Bernard arrived in America in 1916 only to turn around and be conscripted in 1917 to fight for the United States in World War 1. I’m not even sure he was a US citizen at this point. After returning to New York, he waited tables until he saved up enough money to open a restaurant of his own, the Mascotte in Manhattan ( New York Italians who opened fine dining establishments in those days only opened French restaurants because Italian food was considered far too common) .
That was the good news.
The bad news is that he opened the Mascotte about two months before the Japanese attacked Pearl Harbor and had to close it within a year. I have two forks from that short-lived restaurant. I keep one here in Germany and one in Italy, so I always think of Bernard when I cook, no matter where I am.

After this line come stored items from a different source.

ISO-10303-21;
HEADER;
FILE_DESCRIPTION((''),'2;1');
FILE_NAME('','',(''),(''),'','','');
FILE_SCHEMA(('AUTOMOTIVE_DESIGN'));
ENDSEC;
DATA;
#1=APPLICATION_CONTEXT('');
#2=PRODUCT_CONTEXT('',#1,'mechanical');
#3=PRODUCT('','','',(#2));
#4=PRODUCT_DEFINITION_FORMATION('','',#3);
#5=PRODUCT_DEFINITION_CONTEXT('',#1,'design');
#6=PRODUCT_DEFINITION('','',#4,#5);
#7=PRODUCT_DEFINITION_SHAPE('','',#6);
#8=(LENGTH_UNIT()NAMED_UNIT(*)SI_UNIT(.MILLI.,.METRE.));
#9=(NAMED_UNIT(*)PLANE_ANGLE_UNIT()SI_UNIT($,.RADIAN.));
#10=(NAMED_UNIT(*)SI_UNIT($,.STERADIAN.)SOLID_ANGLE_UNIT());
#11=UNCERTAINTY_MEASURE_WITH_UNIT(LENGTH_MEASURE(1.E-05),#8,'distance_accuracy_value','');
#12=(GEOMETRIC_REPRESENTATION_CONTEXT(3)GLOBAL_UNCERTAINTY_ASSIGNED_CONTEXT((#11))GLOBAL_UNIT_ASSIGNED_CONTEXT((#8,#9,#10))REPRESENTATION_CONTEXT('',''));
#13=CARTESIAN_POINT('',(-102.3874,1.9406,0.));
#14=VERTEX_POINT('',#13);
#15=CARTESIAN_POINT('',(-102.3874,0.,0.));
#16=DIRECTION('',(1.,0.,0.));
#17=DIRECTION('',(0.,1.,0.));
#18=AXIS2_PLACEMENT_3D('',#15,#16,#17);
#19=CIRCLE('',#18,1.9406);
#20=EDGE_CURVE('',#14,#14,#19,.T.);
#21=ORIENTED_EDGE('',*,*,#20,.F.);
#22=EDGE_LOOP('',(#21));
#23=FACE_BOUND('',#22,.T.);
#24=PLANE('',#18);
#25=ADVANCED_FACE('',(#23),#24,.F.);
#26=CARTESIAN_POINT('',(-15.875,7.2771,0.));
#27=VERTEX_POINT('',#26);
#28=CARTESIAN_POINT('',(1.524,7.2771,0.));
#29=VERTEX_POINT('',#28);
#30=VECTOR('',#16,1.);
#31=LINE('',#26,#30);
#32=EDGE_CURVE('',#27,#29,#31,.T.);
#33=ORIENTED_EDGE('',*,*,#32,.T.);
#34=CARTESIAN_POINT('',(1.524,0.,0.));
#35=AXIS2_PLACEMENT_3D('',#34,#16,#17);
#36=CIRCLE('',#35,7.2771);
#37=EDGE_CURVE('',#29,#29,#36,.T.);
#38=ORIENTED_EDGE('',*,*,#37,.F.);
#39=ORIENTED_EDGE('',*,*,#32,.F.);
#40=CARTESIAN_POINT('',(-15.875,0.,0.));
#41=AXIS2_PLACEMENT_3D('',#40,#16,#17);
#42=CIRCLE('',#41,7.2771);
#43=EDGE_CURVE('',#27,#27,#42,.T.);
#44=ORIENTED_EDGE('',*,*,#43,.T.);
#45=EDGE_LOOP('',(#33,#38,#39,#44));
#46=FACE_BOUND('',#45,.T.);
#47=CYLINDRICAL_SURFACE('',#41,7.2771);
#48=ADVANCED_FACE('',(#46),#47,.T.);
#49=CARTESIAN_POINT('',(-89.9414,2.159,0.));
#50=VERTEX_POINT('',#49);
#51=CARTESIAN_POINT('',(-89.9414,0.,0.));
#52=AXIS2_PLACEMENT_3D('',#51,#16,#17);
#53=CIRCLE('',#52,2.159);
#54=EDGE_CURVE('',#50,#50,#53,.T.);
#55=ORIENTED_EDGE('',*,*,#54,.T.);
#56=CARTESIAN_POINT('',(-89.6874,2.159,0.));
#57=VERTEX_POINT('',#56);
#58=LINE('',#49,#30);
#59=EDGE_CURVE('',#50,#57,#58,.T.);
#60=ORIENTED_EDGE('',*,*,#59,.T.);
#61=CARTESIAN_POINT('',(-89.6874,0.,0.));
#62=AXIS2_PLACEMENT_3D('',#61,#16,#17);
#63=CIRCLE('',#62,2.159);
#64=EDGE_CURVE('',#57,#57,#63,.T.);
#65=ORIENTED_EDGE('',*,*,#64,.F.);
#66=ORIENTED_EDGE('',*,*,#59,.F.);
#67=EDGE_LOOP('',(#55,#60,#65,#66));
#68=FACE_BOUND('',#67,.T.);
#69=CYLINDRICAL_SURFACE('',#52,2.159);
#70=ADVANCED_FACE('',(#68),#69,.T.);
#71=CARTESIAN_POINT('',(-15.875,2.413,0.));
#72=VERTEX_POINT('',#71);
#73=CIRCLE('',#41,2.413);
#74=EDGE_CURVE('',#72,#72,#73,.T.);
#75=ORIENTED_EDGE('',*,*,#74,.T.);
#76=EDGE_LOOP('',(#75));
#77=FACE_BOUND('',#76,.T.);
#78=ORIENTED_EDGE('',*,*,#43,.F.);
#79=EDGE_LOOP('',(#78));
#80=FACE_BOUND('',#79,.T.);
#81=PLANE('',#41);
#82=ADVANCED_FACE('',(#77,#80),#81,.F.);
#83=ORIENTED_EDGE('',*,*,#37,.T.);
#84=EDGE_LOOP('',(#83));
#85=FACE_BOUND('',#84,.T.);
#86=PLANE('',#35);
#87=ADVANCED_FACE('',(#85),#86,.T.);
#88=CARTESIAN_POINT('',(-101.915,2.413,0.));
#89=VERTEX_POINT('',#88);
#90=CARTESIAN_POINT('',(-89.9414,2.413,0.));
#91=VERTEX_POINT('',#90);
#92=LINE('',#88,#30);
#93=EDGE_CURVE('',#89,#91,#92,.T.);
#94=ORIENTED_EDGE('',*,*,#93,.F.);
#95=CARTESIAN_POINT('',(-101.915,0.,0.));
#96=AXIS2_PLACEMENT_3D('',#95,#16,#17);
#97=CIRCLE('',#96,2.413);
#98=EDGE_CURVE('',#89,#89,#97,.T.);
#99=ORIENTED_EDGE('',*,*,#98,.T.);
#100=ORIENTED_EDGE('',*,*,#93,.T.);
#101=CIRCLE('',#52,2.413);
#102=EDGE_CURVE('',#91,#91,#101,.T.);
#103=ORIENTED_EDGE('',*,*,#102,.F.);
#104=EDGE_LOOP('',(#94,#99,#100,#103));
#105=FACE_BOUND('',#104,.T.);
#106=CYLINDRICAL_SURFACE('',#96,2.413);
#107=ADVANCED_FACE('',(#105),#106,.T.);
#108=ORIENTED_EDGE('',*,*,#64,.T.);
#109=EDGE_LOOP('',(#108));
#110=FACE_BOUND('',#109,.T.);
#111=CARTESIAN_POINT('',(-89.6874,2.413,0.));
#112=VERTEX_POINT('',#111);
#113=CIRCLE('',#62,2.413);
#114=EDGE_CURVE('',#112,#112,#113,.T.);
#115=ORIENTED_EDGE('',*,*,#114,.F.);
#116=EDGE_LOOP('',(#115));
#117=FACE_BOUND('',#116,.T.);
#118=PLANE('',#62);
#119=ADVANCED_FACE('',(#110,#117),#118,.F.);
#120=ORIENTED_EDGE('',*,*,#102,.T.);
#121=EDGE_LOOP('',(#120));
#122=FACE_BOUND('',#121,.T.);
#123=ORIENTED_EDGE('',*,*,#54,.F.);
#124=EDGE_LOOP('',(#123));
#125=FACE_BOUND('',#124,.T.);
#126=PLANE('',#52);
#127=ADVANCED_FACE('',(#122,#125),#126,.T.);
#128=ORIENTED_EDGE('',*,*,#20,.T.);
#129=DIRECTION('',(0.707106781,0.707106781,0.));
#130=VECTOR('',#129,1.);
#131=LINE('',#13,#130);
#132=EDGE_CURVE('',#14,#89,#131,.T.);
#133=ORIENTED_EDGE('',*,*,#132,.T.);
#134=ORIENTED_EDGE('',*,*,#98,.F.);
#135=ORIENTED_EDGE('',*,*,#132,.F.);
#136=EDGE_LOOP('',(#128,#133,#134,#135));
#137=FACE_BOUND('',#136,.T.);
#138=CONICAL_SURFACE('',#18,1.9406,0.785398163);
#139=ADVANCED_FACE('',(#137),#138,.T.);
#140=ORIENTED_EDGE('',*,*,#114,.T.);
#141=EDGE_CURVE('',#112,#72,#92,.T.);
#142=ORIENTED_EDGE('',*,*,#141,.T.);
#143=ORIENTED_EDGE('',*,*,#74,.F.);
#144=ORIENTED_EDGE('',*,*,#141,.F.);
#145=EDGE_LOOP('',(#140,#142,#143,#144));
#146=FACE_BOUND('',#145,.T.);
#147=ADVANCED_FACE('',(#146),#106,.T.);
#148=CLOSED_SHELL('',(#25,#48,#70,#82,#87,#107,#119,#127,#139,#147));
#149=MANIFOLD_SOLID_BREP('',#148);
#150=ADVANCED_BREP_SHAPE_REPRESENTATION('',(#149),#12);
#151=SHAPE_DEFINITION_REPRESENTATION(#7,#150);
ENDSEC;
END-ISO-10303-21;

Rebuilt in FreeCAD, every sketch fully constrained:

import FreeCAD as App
import Part
import Sketcher
Q = App.Units.Quantity


def add_polygon(sketch, points):
    """Adds a closed chain of lines whose ends are joined by coincident constraints."""
    first, n = sketch.GeometryCount, len(points)
    for a, b in zip(points, points[1:] + points[:1]):
        sketch.addGeometry(Part.LineSegment(App.Vector(*a, 0), App.Vector(*b, 0)), False)
    for i in range(n):
        sketch.addConstraint(Sketcher.Constraint("Coincident", first + i, 2, first + (i + 1) % n, 1))

doc = App.newDocument("Part")
params = doc.addObject("Spreadsheet::Sheet", "Params")
for row, (alias, value) in enumerate([
    ("sketch1_width", "4.031 in"),
    ("sketch1_height", "0.095 in"),
    ("revolution_angle", "360 deg"),
    ("sketch2_width", "0.01 in"),
    ("groove_angle", "360 deg"),
    ("sketch3_width", "0.685 in"),
    ("revolution2_angle", "360 deg"),
], start=1):
    params.set(f"A{row}", alias)
    params.set(f"B{row}", "=" + value)
    params.setAlias(f"B{row}", alias)

body = doc.addObject("PartDesign::Body", "Body")

# Sketch on XY plane
sketch1 = body.newObject("Sketcher::SketchObject", "Sketch")
sketch1.AttachmentSupport = (doc.getObject("XY_Plane"), [""])
sketch1.MapMode = "FlatFace"
add_polygon(sketch1, [(-102.4, 0), (0, 0), (0, 2.4), (-101.9, 2.4), (-102.4, 1.9)])  # lines 0-4
sketch1.addConstraint([
    Sketcher.Constraint("Horizontal", 0),
    Sketcher.Constraint("Vertical", 1),
    Sketcher.Constraint("Horizontal", 2),
    Sketcher.Constraint("Vertical", 4),
    Sketcher.Constraint("Coincident", 0, 2, -1, 1),
    Sketcher.Constraint("Angle", 3, Q("-135 deg")),
    Sketcher.Constraint("DistanceX", 0, 1, 0, 2, Q("4.031 in")),
    Sketcher.Constraint("DistanceY", 1, 1, 1, 2, Q("0.095 in")),
    Sketcher.Constraint("DistanceX", 2, 2, 2, 1, Q("4.0124 in")),
])
sketch1.setExpression("Constraints[11]", "Params.sketch1_width")
sketch1.setExpression("Constraints[12]", "Params.sketch1_height")
revolution = body.newObject("PartDesign::Revolution", "Revolution")
revolution.Profile = sketch1
revolution.ReferenceAxis = (sketch1, ["H_Axis"])
revolution.setExpression("Angle", "Params.revolution_angle")

# Sketch on XY plane
sketch2 = body.newObject("Sketcher::SketchObject", "Sketch001")
sketch2.AttachmentSupport = (doc.getObject("XY_Plane"), [""])
sketch2.MapMode = "FlatFace"
add_polygon(sketch2, [(-89.69, 2.41), (-89.94, 2.41), (-89.94, 2.16), (-89.69, 2.16)])  # lines 0-3
sketch2.addConstraint([
    Sketcher.Constraint("Horizontal", 0),
    Sketcher.Constraint("Vertical", 1),
    Sketcher.Constraint("Horizontal", 2),
    Sketcher.Constraint("Vertical", 3),
    Sketcher.Constraint("Equal", 2, 1),
    Sketcher.Constraint("DistanceX", 0, 2, 0, 1, Q("0.01 in")),
    Sketcher.Constraint("DistanceX", 0, 2, -1, 1, Q("3.541 in")),
    Sketcher.Constraint("DistanceY", -1, 1, 0, 2, Q("0.095 in")),
])
sketch2.setExpression("Constraints[9]", "Params.sketch2_width")
groove = body.newObject("PartDesign::Groove", "Groove")
groove.Profile = sketch2
groove.ReferenceAxis = (sketch2, ["H_Axis"])
groove.setExpression("Angle", "Params.groove_angle")

# Sketch on XY plane
sketch3 = body.newObject("Sketcher::SketchObject", "Sketch002")
sketch3.AttachmentSupport = (doc.getObject("XY_Plane"), [""])
sketch3.MapMode = "FlatFace"
add_polygon(sketch3, [(-16, 0), (2, 0), (2, 7), (-16, 7)])  # lines 0-3
sketch3.addConstraint([
    Sketcher.Constraint("Horizontal", 0),
    Sketcher.Constraint("Vertical", 1),
    Sketcher.Constraint("Horizontal", 2),
    Sketcher.Constraint("Vertical", 3),
    Sketcher.Constraint("PointOnObject", 0, 2, -1),
    Sketcher.Constraint("DistanceX", 0, 1, 0, 2, Q("0.685 in")),
    Sketcher.Constraint("DistanceX", -1, 1, 0, 2, Q("0.06 in")),
    Sketcher.Constraint("DistanceY", 1, 1, 1, 2, Q("0.2865 in")),
])
sketch3.setExpression("Constraints[9]", "Params.sketch3_width")
revolution2 = body.newObject("PartDesign::Revolution", "Revolution001")
revolution2.Profile = sketch3
revolution2.ReferenceAxis = (sketch3, ["H_Axis"])
revolution2.setExpression("Angle", "Params.revolution2_angle")

doc.recompute()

Between fighting in World War l and losing everything he had in the restaurant during World War ll, Bernard and Anna also lost the only baby they would ever be able to have at childbirth. In between there was the Great Depression. They were no strangers to deep pain and anxiety and very difficult times. Despite all they went through, I mostly remember them smiling together. They were deeply in love and a very solid team.
After moving from Queens to Pennsylvania in the 1960s, Bernard and Anna planted or hunted everything they ate. They were the role models for my parents, who did the same thing after moving us from New York City to the same part of Pennsylvania a few years later.
Bernard knew food. Going to their home for dinner meant eating something like freshly shot peacock or venison and vegetables from the garden, but there was always something like Crêpes Suzette for dessert to remind you that he knew his haute cuisine.
Uncle Bernard in his favorite place: his vegetable garden in Shohola, Pennsylvania
Anyway, my small story about Uncle Bernard has to do with helping him plant a tree. It was an apricot tree. I would imagine at this time he was around 83 or so. The tree was literally a stick. I asked him when it would start producing fruit. He scratched his head, and in his beautiful northern Italian accent, said, “oh, I’m not sure, my darling. Maybe five years, maybe more.”
He must have seen the astonished look on my face that said he’d probably be pushing up daisies by then, because he laughed and with a twinkle in his eye, said, “Darling, when the first apricots come in, you and I will eat them together.”
I never forgot that. Imagine planting something at that age knowing it won’t bear fruit for years and fully expecting to be around to eat it. That’s tenacity.
The older I get, the more I hear the notion of hope in those words of Uncle Bernard. Hope that the fruits of whatever we’re planting today will come back and nourish us down the road. If something happens in between, so be it, but we must hope to reap the fruits of our labor.
I strive to be tenacious like Uncle Bernard. To look stridently into the future and know I can create from it what I want and need. I love the idea of planting our own food; we’ve been doing it for years both in Italy and in Germany.
And I want to do it in style. Bernard did; why can’t I?
But there’s more. I want to create beauty and I want to share it. As long as we have enough to eat and a roof over our heads, this is how I want to live. Creating and doing and giving and writing. Until I’m pushing up daisies myself.
By the way, Uncle Bernard lived well into his mid 90s and did indeed live to see his apricot tree bear fruit. I regret that my life had become too busy and self absorbed by that time to have shared that experience with him.
But I have my memory of this beautiful man and his message of hope.